• **PROMPT**
Repeat the lines of the data exactly, from the first one through the one that contains "#22=CARTESIAN_POINT('',(-1.3748,2.3812,4.8006));".

SOURCE INFORMATION below:

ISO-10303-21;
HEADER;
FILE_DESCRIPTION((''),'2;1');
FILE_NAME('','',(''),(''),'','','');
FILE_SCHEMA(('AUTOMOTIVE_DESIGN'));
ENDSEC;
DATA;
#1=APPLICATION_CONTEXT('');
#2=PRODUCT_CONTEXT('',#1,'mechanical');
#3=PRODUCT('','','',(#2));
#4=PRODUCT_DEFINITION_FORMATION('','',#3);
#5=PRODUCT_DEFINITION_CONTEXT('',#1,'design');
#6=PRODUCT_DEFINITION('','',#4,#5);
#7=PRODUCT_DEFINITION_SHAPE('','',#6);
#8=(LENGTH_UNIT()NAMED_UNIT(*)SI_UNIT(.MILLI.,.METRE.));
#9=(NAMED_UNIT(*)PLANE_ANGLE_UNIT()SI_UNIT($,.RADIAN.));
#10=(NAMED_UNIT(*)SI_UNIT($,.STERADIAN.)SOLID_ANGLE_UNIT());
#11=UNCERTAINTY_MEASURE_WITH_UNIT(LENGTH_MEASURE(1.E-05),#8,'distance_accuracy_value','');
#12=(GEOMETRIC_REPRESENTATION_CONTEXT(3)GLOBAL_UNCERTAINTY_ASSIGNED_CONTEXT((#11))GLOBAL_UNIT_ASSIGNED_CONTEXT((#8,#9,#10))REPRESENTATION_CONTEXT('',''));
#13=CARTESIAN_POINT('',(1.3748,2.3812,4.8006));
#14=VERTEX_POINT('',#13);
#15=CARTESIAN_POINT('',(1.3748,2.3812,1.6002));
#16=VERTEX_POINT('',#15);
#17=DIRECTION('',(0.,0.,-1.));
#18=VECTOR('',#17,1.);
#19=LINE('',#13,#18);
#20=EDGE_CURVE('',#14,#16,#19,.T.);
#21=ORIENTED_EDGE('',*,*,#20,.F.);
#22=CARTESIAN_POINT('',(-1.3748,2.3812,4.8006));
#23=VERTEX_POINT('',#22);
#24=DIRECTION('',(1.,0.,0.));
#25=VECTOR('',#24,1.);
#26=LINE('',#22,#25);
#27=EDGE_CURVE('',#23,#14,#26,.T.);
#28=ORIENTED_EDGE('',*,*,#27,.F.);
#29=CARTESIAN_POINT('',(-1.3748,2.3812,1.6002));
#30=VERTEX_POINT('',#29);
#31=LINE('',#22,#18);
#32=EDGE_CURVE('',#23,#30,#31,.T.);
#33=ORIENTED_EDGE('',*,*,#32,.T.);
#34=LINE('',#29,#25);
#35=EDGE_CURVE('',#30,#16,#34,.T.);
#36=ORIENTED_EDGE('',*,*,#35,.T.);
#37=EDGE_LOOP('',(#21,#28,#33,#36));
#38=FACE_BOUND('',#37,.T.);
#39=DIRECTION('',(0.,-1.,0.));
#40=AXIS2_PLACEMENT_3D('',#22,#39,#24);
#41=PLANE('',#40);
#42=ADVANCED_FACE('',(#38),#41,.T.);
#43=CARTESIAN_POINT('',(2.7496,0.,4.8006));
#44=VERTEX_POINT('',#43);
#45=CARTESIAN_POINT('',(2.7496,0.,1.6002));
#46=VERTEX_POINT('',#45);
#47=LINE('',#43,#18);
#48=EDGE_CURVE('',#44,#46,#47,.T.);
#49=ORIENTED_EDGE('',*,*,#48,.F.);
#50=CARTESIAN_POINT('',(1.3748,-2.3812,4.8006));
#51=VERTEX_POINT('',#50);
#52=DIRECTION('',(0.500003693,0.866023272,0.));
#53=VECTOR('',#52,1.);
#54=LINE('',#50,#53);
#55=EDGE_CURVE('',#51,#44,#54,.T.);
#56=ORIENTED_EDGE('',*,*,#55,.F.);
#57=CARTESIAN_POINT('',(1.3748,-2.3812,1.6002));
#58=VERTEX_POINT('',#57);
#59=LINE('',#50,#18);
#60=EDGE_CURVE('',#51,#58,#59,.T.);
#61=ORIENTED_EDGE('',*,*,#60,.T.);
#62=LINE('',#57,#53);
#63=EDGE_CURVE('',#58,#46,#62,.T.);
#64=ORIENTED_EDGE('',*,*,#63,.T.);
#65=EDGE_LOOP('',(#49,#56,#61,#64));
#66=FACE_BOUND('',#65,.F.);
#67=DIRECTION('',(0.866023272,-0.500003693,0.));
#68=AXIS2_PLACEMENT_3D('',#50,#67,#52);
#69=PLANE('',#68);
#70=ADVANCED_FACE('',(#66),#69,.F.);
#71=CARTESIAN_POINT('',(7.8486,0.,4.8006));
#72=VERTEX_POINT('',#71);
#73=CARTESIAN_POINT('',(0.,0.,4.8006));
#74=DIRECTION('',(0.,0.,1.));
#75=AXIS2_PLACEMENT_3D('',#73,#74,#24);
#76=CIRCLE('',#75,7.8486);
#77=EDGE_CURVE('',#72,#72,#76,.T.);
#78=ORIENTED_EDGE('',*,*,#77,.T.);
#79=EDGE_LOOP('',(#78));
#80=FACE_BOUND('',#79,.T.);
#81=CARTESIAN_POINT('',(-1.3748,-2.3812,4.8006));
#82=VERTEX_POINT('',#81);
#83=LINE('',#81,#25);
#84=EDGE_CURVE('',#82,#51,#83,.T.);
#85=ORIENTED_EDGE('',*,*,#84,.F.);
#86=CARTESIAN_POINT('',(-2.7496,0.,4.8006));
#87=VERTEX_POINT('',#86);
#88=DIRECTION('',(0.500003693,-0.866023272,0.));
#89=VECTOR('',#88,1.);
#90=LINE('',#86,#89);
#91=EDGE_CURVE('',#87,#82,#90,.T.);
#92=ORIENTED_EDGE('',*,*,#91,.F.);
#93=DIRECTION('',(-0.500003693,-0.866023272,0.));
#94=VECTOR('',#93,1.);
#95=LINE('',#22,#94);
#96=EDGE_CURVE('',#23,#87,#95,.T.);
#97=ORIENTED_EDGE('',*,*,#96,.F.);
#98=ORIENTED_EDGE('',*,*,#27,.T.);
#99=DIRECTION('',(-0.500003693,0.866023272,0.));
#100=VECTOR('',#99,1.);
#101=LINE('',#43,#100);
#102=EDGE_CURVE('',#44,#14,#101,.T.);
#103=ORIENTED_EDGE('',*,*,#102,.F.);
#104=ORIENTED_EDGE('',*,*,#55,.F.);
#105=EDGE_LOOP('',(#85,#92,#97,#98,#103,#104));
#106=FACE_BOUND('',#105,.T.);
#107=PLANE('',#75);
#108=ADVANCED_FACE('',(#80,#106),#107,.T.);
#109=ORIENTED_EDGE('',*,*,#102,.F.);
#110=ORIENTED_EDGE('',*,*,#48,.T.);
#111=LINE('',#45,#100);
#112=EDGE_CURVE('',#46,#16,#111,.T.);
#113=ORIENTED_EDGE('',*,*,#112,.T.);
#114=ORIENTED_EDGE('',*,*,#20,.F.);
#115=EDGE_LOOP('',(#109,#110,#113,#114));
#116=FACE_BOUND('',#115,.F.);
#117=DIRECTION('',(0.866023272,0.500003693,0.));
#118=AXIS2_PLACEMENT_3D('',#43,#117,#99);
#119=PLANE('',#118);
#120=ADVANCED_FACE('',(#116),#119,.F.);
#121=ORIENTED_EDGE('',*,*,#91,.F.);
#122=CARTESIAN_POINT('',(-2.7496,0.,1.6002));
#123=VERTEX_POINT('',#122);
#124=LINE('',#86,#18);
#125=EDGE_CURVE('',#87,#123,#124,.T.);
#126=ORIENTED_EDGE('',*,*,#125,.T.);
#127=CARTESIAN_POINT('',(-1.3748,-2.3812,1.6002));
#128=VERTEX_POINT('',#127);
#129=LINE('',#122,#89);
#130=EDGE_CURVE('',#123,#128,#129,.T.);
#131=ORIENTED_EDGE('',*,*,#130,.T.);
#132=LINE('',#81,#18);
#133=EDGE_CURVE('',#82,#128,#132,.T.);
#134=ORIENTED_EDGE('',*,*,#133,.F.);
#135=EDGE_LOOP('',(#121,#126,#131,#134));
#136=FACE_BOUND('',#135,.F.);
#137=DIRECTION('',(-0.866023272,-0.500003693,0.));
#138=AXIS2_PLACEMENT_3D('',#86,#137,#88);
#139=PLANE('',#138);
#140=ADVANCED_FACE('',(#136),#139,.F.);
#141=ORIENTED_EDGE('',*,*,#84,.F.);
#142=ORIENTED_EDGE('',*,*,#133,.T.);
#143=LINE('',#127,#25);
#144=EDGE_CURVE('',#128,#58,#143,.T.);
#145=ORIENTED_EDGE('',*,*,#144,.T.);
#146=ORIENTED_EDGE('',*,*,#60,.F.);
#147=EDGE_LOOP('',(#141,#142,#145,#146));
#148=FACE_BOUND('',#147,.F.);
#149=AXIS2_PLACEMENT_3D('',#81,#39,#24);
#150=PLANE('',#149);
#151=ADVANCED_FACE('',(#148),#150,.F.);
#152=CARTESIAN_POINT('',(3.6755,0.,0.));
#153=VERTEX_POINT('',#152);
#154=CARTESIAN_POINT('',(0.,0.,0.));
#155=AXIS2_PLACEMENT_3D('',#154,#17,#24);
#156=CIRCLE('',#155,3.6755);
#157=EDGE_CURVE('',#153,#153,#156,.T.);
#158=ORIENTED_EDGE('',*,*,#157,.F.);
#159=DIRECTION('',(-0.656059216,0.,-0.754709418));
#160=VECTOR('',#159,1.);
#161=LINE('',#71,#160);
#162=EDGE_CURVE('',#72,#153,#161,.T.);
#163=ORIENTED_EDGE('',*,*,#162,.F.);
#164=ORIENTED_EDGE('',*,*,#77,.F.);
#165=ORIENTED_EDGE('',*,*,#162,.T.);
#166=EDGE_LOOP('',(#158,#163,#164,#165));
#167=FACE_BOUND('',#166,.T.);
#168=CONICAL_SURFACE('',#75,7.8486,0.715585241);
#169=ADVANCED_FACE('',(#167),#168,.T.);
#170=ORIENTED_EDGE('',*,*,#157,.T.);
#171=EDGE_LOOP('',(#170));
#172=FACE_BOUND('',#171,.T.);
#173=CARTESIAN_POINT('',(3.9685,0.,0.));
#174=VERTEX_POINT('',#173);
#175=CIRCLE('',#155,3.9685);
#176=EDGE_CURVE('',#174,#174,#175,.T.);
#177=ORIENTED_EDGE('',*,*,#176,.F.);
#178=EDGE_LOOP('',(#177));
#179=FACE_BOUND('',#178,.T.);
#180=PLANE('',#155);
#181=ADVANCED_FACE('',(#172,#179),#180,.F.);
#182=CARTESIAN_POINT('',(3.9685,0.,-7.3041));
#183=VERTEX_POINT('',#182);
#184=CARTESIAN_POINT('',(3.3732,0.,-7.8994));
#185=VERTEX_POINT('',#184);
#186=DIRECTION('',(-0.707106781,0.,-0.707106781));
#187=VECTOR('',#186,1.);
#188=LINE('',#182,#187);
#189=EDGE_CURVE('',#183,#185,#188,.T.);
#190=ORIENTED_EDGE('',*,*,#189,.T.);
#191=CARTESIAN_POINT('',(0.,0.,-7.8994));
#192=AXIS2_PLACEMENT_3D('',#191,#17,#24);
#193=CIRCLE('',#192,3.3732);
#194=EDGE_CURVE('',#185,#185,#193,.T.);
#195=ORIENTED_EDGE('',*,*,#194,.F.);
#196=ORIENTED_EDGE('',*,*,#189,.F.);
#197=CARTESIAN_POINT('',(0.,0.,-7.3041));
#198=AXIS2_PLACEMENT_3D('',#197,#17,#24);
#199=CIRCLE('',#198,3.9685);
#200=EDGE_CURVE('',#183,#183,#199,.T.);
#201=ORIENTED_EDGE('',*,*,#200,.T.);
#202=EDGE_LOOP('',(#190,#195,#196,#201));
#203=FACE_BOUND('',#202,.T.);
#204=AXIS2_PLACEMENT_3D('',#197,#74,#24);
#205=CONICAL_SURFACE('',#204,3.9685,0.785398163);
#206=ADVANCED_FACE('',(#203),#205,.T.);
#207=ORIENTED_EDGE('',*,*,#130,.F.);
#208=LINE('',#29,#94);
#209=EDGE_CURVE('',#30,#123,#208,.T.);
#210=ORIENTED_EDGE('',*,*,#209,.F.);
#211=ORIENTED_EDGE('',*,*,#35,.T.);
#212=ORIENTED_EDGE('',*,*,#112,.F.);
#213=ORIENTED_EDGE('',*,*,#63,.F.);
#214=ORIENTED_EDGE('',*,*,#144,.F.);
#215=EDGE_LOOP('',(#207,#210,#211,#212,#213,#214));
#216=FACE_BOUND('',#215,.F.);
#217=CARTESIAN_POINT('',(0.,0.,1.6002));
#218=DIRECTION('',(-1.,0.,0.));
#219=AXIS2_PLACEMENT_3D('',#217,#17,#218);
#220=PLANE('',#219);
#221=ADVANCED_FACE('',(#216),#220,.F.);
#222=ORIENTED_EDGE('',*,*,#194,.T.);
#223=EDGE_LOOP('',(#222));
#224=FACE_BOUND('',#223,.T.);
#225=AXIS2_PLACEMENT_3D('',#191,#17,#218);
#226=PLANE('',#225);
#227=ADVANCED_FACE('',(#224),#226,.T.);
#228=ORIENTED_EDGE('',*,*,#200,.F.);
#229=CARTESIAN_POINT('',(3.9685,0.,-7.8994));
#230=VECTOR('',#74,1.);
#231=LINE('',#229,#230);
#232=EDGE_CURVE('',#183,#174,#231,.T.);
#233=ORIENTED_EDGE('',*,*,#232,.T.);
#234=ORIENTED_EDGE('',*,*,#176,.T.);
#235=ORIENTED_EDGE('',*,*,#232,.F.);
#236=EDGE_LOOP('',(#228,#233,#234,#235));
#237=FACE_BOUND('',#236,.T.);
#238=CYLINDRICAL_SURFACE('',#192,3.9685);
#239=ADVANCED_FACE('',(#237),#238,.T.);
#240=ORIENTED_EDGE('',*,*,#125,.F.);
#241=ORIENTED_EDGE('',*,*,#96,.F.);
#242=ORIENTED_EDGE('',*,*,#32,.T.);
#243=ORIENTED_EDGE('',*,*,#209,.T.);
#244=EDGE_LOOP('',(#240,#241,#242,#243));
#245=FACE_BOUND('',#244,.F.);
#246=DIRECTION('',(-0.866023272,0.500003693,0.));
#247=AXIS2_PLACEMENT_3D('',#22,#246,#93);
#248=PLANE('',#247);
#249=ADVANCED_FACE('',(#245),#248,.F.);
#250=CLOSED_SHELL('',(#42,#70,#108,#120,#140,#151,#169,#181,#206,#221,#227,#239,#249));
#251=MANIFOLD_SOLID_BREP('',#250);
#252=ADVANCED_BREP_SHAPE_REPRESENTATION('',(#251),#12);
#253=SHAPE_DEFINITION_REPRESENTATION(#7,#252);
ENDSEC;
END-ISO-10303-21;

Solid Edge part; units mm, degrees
sketch "Sketch1" plane through (0, 0, 0) normal (0, 0, 1) x (1, 0, 0)
  circle A0 centre (0, 0) radius 7.8486
  dimension "D1" = 15.6972
extrude "Protrusion1" add sketch "Sketch1" along normal blind 4.8006
sketch "Sketch2" plane through (0, 0, 0) normal (0, 0, -1) x (1, 0, 0)
  circle A0 centre (0, 0) radius 3.9688
extrude "Protrusion2" add sketch "Sketch2" along normal blind 7.8994
sketch "Sketch3" plane through (0, 0, -7.8994) normal (0, 0, -1) x (1, 0, 0)
  circle A0 centre (0, 0) radius 3.9685
extrude "Cutout1" cut sketch "Sketch3" against normal blind 7.8994 flip side to cut
chamfer "Chamfer_1" distance 0.5953 angle 45 1 edges at (-3.9685, 0, -7.8994)
sketch "Sketch4" plane through (0, 0, 4.8006) normal (0, 0, 1) x (1, 0, 0)
  line L0 (-1.3748, 2.3812) -> (1.3748, 2.3812)
  line L1 (2.7496, 0) -> (1.3748, 2.3812)
  line L2 (1.3748, -2.3812) -> (2.7496, 0)
  line L3 (-1.3748, -2.3812) -> (1.3748, -2.3812)
  line L4 (-2.7496, 0) -> (-1.3748, -2.3812)
  line L5 (-1.3748, 2.3812) -> (-2.7496, 0)
  dimension "D1" = 4.7625
extrude "Cutout2" cut sketch "Sketch4" against normal blind 3.2004
sketch "Sketch5" plane through (0, 0, 0) normal (0, -1, 0) x (1, 0, 0)
  line L0 (7.8486, 4.8006) -> (3.6755, 0)
  line L1 (3.6755, 0) -> (7.8486, 0)
  line L2 (7.8486, 0) -> (7.8486, 4.8006)
revolve "RevolvedCutout1" cut sketch "Sketch5" angle 360 about axis through (0, 0, 14.0017) along (0, 0, -1)
properties part number "24104237"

End of SOURCE INFORMATION.

• **RESPONSE TO THE TASK**
ISO-10303-21;
HEADER;
FILE_DESCRIPTION((''),'2;1');
FILE_NAME('','',(''),(''),'','','');
FILE_SCHEMA(('AUTOMOTIVE_DESIGN'));
ENDSEC;
DATA;
#1=APPLICATION_CONTEXT('');
#2=PRODUCT_CONTEXT('',#1,'mechanical');
#3=PRODUCT('','','',(#2));
#4=PRODUCT_DEFINITION_FORMATION('','',#3);
#5=PRODUCT_DEFINITION_CONTEXT('',#1,'design');
#6=PRODUCT_DEFINITION('','',#4,#5);
#7=PRODUCT_DEFINITION_SHAPE('','',#6);
#8=(LENGTH_UNIT()NAMED_UNIT(*)SI_UNIT(.MILLI.,.METRE.));
#9=(NAMED_UNIT(*)PLANE_ANGLE_UNIT()SI_UNIT($,.RADIAN.));
#10=(NAMED_UNIT(*)SI_UNIT($,.STERADIAN.)SOLID_ANGLE_UNIT());
#11=UNCERTAINTY_MEASURE_WITH_UNIT(LENGTH_MEASURE(1.E-05),#8,'distance_accuracy_value','');
#12=(GEOMETRIC_REPRESENTATION_CONTEXT(3)GLOBAL_UNCERTAINTY_ASSIGNED_CONTEXT((#11))GLOBAL_UNIT_ASSIGNED_CONTEXT((#8,#9,#10))REPRESENTATION_CONTEXT('',''));
#13=CARTESIAN_POINT('',(1.3748,2.3812,4.8006));
#14=VERTEX_POINT('',#13);
#15=CARTESIAN_POINT('',(1.3748,2.3812,1.6002));
#16=VERTEX_POINT('',#15);
#17=DIRECTION('',(0.,0.,-1.));
#18=VECTOR('',#17,1.);
#19=LINE('',#13,#18);
#20=EDGE_CURVE('',#14,#16,#19,.T.);
#21=ORIENTED_EDGE('',*,*,#20,.F.);
#22=CARTESIAN_POINT('',(-1.3748,2.3812,4.8006));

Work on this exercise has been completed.